→ Data supplied:
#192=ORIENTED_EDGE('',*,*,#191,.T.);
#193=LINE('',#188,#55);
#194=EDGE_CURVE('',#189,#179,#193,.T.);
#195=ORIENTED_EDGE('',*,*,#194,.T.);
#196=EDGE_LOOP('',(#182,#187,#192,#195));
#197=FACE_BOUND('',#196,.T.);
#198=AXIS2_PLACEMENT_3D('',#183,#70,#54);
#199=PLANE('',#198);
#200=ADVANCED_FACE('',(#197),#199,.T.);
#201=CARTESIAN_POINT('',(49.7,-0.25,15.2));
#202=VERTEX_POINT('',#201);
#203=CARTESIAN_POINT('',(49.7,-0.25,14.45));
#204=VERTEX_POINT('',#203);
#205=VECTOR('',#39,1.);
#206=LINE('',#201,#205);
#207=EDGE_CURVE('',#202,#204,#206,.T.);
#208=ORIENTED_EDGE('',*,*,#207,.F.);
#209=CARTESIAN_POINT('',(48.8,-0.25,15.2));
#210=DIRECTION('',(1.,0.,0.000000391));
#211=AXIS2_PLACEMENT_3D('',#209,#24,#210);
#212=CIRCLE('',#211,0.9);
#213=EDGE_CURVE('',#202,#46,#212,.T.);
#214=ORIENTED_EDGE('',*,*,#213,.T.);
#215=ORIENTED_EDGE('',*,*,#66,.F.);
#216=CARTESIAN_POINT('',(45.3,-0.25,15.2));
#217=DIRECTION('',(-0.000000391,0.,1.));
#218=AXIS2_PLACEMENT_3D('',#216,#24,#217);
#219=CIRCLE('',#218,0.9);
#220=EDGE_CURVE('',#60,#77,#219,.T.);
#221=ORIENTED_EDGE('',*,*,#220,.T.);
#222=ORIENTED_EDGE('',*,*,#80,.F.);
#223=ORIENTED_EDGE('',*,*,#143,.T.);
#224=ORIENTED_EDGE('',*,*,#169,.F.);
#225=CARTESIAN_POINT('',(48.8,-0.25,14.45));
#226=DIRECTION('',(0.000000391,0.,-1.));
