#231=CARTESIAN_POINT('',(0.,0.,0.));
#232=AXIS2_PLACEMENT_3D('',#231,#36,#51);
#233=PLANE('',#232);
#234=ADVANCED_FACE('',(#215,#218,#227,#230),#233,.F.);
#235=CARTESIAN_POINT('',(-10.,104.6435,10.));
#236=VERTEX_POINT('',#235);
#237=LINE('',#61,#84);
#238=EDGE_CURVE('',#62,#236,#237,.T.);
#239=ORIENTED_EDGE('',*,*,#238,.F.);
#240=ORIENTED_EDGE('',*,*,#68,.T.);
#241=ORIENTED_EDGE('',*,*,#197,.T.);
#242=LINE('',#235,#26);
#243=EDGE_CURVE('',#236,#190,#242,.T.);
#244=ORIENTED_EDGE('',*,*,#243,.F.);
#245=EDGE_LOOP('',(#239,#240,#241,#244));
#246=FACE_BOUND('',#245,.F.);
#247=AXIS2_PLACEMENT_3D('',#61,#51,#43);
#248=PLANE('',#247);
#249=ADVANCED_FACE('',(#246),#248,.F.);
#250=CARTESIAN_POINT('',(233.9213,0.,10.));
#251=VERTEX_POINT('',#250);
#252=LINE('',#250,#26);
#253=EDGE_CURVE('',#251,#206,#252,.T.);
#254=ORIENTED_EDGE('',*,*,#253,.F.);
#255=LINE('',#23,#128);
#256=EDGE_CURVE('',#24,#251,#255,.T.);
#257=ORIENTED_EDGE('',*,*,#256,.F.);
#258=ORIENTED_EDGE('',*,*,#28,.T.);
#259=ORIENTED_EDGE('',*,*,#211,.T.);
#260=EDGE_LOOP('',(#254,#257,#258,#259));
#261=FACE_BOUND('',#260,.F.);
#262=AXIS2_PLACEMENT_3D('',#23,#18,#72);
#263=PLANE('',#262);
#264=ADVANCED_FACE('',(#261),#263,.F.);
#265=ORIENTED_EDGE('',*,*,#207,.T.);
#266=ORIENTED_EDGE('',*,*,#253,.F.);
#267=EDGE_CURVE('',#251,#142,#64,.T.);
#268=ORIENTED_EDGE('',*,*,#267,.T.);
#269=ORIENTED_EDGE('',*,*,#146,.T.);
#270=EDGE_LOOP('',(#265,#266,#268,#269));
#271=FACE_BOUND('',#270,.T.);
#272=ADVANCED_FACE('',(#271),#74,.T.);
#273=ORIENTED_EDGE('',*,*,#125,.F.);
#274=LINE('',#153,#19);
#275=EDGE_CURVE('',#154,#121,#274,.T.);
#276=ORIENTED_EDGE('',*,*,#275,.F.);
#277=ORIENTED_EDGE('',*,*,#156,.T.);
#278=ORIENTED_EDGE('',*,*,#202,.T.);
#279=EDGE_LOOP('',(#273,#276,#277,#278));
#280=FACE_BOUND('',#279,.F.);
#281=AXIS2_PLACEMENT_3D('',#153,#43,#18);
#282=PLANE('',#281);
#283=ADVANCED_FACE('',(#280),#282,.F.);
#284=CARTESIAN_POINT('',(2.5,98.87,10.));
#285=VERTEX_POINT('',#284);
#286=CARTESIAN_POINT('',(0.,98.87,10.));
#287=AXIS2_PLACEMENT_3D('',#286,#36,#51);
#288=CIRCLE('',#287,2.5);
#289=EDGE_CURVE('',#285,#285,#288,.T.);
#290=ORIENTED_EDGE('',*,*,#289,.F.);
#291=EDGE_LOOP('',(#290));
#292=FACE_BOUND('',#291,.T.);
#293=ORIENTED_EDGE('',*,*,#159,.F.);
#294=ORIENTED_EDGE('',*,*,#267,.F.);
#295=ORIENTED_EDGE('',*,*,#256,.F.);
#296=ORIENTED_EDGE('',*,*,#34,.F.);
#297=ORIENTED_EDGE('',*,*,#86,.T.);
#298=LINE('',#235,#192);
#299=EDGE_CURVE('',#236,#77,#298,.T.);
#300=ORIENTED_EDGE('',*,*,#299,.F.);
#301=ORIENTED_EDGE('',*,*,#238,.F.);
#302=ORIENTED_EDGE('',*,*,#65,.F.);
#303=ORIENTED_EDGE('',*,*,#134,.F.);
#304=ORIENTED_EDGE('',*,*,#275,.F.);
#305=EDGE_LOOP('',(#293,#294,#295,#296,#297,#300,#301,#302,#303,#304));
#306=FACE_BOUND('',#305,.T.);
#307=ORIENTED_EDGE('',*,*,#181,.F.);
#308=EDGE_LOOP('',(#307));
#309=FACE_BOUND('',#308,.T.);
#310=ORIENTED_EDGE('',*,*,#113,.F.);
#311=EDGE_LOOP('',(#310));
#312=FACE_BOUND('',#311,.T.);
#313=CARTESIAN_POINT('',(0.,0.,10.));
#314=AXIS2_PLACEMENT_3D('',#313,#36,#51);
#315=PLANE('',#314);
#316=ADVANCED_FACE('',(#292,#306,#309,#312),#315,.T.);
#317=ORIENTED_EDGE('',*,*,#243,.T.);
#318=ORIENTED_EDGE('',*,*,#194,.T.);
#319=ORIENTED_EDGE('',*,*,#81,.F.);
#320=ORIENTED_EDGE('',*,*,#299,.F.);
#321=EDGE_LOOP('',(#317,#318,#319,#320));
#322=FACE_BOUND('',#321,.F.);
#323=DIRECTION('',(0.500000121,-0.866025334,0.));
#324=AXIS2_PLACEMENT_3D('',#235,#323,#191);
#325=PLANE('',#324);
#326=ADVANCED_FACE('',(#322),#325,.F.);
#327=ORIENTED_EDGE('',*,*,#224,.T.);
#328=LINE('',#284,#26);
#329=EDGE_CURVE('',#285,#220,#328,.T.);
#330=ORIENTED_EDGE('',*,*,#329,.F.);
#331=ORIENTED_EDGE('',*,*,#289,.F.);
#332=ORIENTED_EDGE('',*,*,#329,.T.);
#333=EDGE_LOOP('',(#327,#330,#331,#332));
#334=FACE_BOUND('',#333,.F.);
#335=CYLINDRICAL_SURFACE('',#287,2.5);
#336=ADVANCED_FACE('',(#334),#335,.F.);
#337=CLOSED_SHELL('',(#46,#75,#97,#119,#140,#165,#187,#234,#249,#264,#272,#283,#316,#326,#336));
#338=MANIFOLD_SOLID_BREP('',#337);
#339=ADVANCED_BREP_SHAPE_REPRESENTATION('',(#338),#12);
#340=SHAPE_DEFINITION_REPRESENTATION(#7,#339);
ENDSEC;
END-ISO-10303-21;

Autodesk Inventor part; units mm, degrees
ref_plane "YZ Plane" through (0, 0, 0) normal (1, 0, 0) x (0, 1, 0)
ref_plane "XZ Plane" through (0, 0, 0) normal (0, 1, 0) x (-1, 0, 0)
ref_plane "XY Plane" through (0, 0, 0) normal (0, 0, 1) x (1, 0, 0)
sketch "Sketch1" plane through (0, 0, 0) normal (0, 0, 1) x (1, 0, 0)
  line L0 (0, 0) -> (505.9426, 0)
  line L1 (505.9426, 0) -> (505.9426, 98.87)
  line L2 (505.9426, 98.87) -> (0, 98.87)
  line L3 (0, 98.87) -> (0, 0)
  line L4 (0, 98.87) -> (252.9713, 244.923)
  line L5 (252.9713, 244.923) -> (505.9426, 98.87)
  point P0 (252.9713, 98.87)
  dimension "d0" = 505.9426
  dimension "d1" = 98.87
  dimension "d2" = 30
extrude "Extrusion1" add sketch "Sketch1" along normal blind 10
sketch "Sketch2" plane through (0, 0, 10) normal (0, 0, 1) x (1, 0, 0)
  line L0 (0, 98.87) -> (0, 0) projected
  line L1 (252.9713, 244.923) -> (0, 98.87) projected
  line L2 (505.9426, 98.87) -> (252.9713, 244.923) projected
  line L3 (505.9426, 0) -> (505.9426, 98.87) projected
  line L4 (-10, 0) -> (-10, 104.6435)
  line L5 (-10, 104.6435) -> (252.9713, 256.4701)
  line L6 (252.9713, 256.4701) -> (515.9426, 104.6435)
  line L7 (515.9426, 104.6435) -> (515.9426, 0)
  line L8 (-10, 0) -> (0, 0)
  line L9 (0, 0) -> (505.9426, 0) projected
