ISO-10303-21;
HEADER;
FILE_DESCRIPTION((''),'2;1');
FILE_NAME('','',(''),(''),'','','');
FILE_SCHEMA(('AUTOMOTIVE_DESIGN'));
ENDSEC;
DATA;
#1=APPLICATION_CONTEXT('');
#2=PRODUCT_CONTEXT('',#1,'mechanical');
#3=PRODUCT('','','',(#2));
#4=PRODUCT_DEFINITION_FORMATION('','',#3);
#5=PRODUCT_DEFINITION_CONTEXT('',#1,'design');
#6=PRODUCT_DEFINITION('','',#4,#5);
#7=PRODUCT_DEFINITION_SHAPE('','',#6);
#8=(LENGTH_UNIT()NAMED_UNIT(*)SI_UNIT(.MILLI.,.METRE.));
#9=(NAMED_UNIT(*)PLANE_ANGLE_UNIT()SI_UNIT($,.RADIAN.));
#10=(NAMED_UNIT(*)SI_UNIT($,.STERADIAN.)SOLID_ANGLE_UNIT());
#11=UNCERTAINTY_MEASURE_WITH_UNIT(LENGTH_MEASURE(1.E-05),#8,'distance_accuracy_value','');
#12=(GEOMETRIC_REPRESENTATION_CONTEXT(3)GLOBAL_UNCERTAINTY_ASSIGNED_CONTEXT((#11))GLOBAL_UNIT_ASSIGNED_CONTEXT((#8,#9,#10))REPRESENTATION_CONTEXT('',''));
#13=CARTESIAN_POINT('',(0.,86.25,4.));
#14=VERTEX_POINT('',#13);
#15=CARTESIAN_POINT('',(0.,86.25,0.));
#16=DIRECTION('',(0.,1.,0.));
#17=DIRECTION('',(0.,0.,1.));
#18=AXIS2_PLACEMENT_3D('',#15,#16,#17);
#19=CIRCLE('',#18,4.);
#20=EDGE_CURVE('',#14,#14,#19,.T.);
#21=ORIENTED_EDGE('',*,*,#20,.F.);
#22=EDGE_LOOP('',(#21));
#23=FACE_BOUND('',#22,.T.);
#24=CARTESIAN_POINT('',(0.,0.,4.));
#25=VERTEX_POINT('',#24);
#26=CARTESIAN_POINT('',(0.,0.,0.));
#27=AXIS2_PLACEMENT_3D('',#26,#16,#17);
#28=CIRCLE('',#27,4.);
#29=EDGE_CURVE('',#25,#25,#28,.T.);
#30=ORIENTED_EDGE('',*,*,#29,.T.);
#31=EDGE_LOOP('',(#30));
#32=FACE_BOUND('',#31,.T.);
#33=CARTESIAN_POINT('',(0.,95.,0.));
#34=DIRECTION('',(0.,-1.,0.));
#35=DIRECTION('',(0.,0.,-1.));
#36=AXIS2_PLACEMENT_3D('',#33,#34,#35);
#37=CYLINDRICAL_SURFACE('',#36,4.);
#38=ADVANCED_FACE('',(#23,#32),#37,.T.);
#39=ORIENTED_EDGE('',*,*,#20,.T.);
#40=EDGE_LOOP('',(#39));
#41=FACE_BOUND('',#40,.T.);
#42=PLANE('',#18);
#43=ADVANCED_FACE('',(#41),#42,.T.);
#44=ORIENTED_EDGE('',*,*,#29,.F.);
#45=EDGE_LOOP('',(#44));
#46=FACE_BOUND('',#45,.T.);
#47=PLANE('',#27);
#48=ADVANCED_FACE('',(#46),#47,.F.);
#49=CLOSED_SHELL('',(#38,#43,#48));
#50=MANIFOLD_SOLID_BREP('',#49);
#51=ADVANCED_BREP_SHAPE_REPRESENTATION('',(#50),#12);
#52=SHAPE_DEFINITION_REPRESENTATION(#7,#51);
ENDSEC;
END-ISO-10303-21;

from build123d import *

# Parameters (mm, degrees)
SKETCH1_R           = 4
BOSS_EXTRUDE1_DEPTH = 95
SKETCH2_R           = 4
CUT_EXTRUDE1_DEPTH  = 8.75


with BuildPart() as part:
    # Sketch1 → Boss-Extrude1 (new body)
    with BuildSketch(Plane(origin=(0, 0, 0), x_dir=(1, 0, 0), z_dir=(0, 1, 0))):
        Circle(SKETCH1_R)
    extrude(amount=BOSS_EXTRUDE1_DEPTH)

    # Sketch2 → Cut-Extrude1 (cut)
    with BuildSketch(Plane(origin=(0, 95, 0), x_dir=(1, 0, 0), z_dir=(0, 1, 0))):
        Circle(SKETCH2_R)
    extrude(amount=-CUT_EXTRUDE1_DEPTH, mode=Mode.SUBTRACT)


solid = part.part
--
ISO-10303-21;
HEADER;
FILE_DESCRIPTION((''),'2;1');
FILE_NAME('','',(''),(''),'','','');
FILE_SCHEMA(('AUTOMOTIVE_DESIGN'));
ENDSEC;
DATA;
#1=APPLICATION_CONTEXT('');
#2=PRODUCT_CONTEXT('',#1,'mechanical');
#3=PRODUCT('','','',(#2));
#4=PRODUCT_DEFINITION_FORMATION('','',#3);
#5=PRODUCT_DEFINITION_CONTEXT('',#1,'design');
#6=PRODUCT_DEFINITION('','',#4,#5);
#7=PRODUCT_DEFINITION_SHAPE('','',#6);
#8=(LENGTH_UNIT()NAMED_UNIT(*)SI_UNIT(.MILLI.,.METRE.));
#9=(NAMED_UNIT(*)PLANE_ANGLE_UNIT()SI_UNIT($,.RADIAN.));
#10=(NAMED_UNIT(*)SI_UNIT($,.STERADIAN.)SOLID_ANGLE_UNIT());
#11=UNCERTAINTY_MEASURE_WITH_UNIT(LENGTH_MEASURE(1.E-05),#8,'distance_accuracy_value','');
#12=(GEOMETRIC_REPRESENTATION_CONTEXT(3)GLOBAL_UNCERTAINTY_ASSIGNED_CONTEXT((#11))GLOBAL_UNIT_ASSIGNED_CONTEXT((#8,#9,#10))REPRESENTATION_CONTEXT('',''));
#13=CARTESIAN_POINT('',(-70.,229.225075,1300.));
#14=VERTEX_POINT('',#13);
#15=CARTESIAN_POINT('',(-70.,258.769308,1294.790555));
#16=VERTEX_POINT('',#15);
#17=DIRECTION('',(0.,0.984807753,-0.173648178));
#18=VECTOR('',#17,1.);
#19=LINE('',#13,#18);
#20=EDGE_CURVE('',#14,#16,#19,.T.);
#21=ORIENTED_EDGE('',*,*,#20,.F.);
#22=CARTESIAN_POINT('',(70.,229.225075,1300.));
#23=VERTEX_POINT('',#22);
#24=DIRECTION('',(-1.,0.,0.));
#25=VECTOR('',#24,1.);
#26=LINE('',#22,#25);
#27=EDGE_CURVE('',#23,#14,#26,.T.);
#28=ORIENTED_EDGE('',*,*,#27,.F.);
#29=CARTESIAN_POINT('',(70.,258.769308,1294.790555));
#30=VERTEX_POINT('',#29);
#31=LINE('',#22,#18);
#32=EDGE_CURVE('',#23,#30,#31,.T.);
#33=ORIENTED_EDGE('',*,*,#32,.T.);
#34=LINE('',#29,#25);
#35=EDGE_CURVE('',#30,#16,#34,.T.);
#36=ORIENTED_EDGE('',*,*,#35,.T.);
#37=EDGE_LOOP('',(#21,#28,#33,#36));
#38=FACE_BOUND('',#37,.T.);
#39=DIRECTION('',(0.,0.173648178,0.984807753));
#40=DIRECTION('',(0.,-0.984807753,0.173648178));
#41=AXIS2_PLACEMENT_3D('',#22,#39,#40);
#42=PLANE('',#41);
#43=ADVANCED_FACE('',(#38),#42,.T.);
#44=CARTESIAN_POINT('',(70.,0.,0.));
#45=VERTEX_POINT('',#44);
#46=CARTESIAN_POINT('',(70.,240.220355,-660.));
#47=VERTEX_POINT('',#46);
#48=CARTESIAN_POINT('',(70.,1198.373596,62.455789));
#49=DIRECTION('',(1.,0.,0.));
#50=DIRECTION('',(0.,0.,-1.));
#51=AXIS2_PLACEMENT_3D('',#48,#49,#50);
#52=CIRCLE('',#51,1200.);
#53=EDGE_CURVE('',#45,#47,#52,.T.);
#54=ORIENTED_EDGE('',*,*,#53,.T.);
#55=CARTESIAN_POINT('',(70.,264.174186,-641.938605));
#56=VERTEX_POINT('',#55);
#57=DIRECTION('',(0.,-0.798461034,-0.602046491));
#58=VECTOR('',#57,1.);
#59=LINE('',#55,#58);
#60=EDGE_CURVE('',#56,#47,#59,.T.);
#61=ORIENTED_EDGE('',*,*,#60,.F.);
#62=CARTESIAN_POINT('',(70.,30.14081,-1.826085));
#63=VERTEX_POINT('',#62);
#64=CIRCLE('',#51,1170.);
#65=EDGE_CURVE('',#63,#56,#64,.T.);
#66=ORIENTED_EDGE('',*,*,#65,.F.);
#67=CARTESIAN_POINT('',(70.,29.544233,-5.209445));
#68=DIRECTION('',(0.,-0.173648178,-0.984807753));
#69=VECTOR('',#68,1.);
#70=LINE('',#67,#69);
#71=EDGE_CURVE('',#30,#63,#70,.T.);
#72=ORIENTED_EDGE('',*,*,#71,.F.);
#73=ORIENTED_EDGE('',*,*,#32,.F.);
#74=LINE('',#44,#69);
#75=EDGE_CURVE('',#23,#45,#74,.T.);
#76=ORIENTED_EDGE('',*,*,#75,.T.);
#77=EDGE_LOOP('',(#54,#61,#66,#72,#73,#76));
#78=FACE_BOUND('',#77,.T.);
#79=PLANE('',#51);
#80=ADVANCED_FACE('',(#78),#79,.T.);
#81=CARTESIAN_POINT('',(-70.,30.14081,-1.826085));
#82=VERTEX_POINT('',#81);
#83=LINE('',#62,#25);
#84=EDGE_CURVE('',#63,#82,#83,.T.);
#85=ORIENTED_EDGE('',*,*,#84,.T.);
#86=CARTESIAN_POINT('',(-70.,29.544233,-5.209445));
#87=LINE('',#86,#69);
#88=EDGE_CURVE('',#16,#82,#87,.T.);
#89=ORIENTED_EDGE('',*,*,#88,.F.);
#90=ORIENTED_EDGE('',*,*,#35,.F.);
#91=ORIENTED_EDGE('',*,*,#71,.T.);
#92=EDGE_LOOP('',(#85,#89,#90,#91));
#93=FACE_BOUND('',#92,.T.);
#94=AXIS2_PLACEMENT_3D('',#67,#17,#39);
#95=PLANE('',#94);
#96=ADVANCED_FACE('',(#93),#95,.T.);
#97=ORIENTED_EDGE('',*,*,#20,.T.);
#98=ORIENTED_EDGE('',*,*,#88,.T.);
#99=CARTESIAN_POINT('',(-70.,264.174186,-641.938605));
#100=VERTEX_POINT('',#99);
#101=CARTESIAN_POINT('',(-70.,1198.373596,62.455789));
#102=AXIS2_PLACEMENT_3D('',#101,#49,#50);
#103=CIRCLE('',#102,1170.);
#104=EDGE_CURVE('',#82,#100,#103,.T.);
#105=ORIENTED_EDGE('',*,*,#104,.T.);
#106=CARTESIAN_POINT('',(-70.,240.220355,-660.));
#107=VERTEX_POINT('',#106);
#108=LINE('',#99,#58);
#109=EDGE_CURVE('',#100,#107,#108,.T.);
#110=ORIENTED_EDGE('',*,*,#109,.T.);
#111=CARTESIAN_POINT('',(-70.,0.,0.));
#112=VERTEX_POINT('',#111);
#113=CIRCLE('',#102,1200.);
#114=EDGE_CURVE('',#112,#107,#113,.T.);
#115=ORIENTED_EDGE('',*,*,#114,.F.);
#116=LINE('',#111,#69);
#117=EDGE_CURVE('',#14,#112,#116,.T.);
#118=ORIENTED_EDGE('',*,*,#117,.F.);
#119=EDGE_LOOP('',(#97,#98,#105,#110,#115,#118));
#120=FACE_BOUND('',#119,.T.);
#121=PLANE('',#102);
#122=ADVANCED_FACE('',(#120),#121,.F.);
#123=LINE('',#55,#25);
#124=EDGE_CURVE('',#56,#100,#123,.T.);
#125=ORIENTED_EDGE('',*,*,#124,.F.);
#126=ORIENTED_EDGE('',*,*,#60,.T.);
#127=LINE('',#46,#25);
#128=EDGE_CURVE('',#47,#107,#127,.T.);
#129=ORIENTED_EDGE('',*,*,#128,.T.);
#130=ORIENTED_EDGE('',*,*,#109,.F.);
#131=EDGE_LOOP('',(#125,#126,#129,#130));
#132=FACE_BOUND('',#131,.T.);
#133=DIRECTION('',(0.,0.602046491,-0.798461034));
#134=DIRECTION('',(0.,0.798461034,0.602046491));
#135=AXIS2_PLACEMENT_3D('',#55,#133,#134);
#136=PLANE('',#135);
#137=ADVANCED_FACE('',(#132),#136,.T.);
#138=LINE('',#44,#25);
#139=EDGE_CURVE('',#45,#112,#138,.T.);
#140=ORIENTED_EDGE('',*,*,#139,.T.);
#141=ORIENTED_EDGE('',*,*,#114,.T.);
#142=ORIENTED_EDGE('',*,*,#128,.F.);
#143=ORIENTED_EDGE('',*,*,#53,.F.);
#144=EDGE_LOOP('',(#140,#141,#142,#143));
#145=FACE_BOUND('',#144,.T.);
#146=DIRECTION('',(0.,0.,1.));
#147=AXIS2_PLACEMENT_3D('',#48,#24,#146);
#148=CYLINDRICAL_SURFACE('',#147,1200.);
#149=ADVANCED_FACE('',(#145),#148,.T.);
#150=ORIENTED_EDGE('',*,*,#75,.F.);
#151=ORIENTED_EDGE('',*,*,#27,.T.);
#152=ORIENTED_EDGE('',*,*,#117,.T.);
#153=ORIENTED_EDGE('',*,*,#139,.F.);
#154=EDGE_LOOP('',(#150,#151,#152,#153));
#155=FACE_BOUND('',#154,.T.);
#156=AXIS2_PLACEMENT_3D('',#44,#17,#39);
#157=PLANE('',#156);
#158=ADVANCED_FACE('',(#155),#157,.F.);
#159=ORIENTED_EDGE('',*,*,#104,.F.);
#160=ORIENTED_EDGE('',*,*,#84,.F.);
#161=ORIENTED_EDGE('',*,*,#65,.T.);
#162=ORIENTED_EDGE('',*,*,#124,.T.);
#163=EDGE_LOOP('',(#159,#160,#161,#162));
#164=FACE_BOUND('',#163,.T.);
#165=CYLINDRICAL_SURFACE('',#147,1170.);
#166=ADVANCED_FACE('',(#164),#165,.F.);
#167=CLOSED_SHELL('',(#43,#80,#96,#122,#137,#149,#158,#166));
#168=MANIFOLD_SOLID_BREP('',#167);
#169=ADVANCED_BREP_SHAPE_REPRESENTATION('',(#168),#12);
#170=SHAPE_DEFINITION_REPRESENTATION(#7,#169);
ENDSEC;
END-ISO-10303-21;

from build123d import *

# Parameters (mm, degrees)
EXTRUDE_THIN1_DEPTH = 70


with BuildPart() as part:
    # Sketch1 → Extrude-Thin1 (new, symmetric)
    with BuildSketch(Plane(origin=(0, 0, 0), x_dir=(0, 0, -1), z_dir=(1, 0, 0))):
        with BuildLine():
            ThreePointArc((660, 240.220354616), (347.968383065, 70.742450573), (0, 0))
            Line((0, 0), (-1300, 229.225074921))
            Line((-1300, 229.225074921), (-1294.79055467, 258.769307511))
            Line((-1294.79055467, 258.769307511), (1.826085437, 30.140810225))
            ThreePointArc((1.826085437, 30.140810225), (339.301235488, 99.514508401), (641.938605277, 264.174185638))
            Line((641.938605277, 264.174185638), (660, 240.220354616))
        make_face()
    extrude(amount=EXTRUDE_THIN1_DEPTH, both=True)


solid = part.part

→ Work to complete:
Retype only the stretch of lines above starting at the one with "#192=ORIENTED_EDGE('',*,*,#191,.T.);" and stopping at the one with "#204=VERTEX_POINT('',#203);", exactly as written, with both kept.

→ Answer to the problem:
#192=ORIENTED_EDGE('',*,*,#191,.T.);
#193=LINE('',#188,#55);
#194=EDGE_CURVE('',#189,#179,#193,.T.);
#195=ORIENTED_EDGE('',*,*,#194,.T.);
#196=EDGE_LOOP('',(#182,#187,#192,#195));
#197=FACE_BOUND('',#196,.T.);
#198=AXIS2_PLACEMENT_3D('',#183,#70,#54);
#199=PLANE('',#198);
#200=ADVANCED_FACE('',(#197),#199,.T.);
#201=CARTESIAN_POINT('',(49.7,-0.25,15.2));
#202=VERTEX_POINT('',#201);
#203=CARTESIAN_POINT('',(49.7,-0.25,14.45));
#204=VERTEX_POINT('',#203);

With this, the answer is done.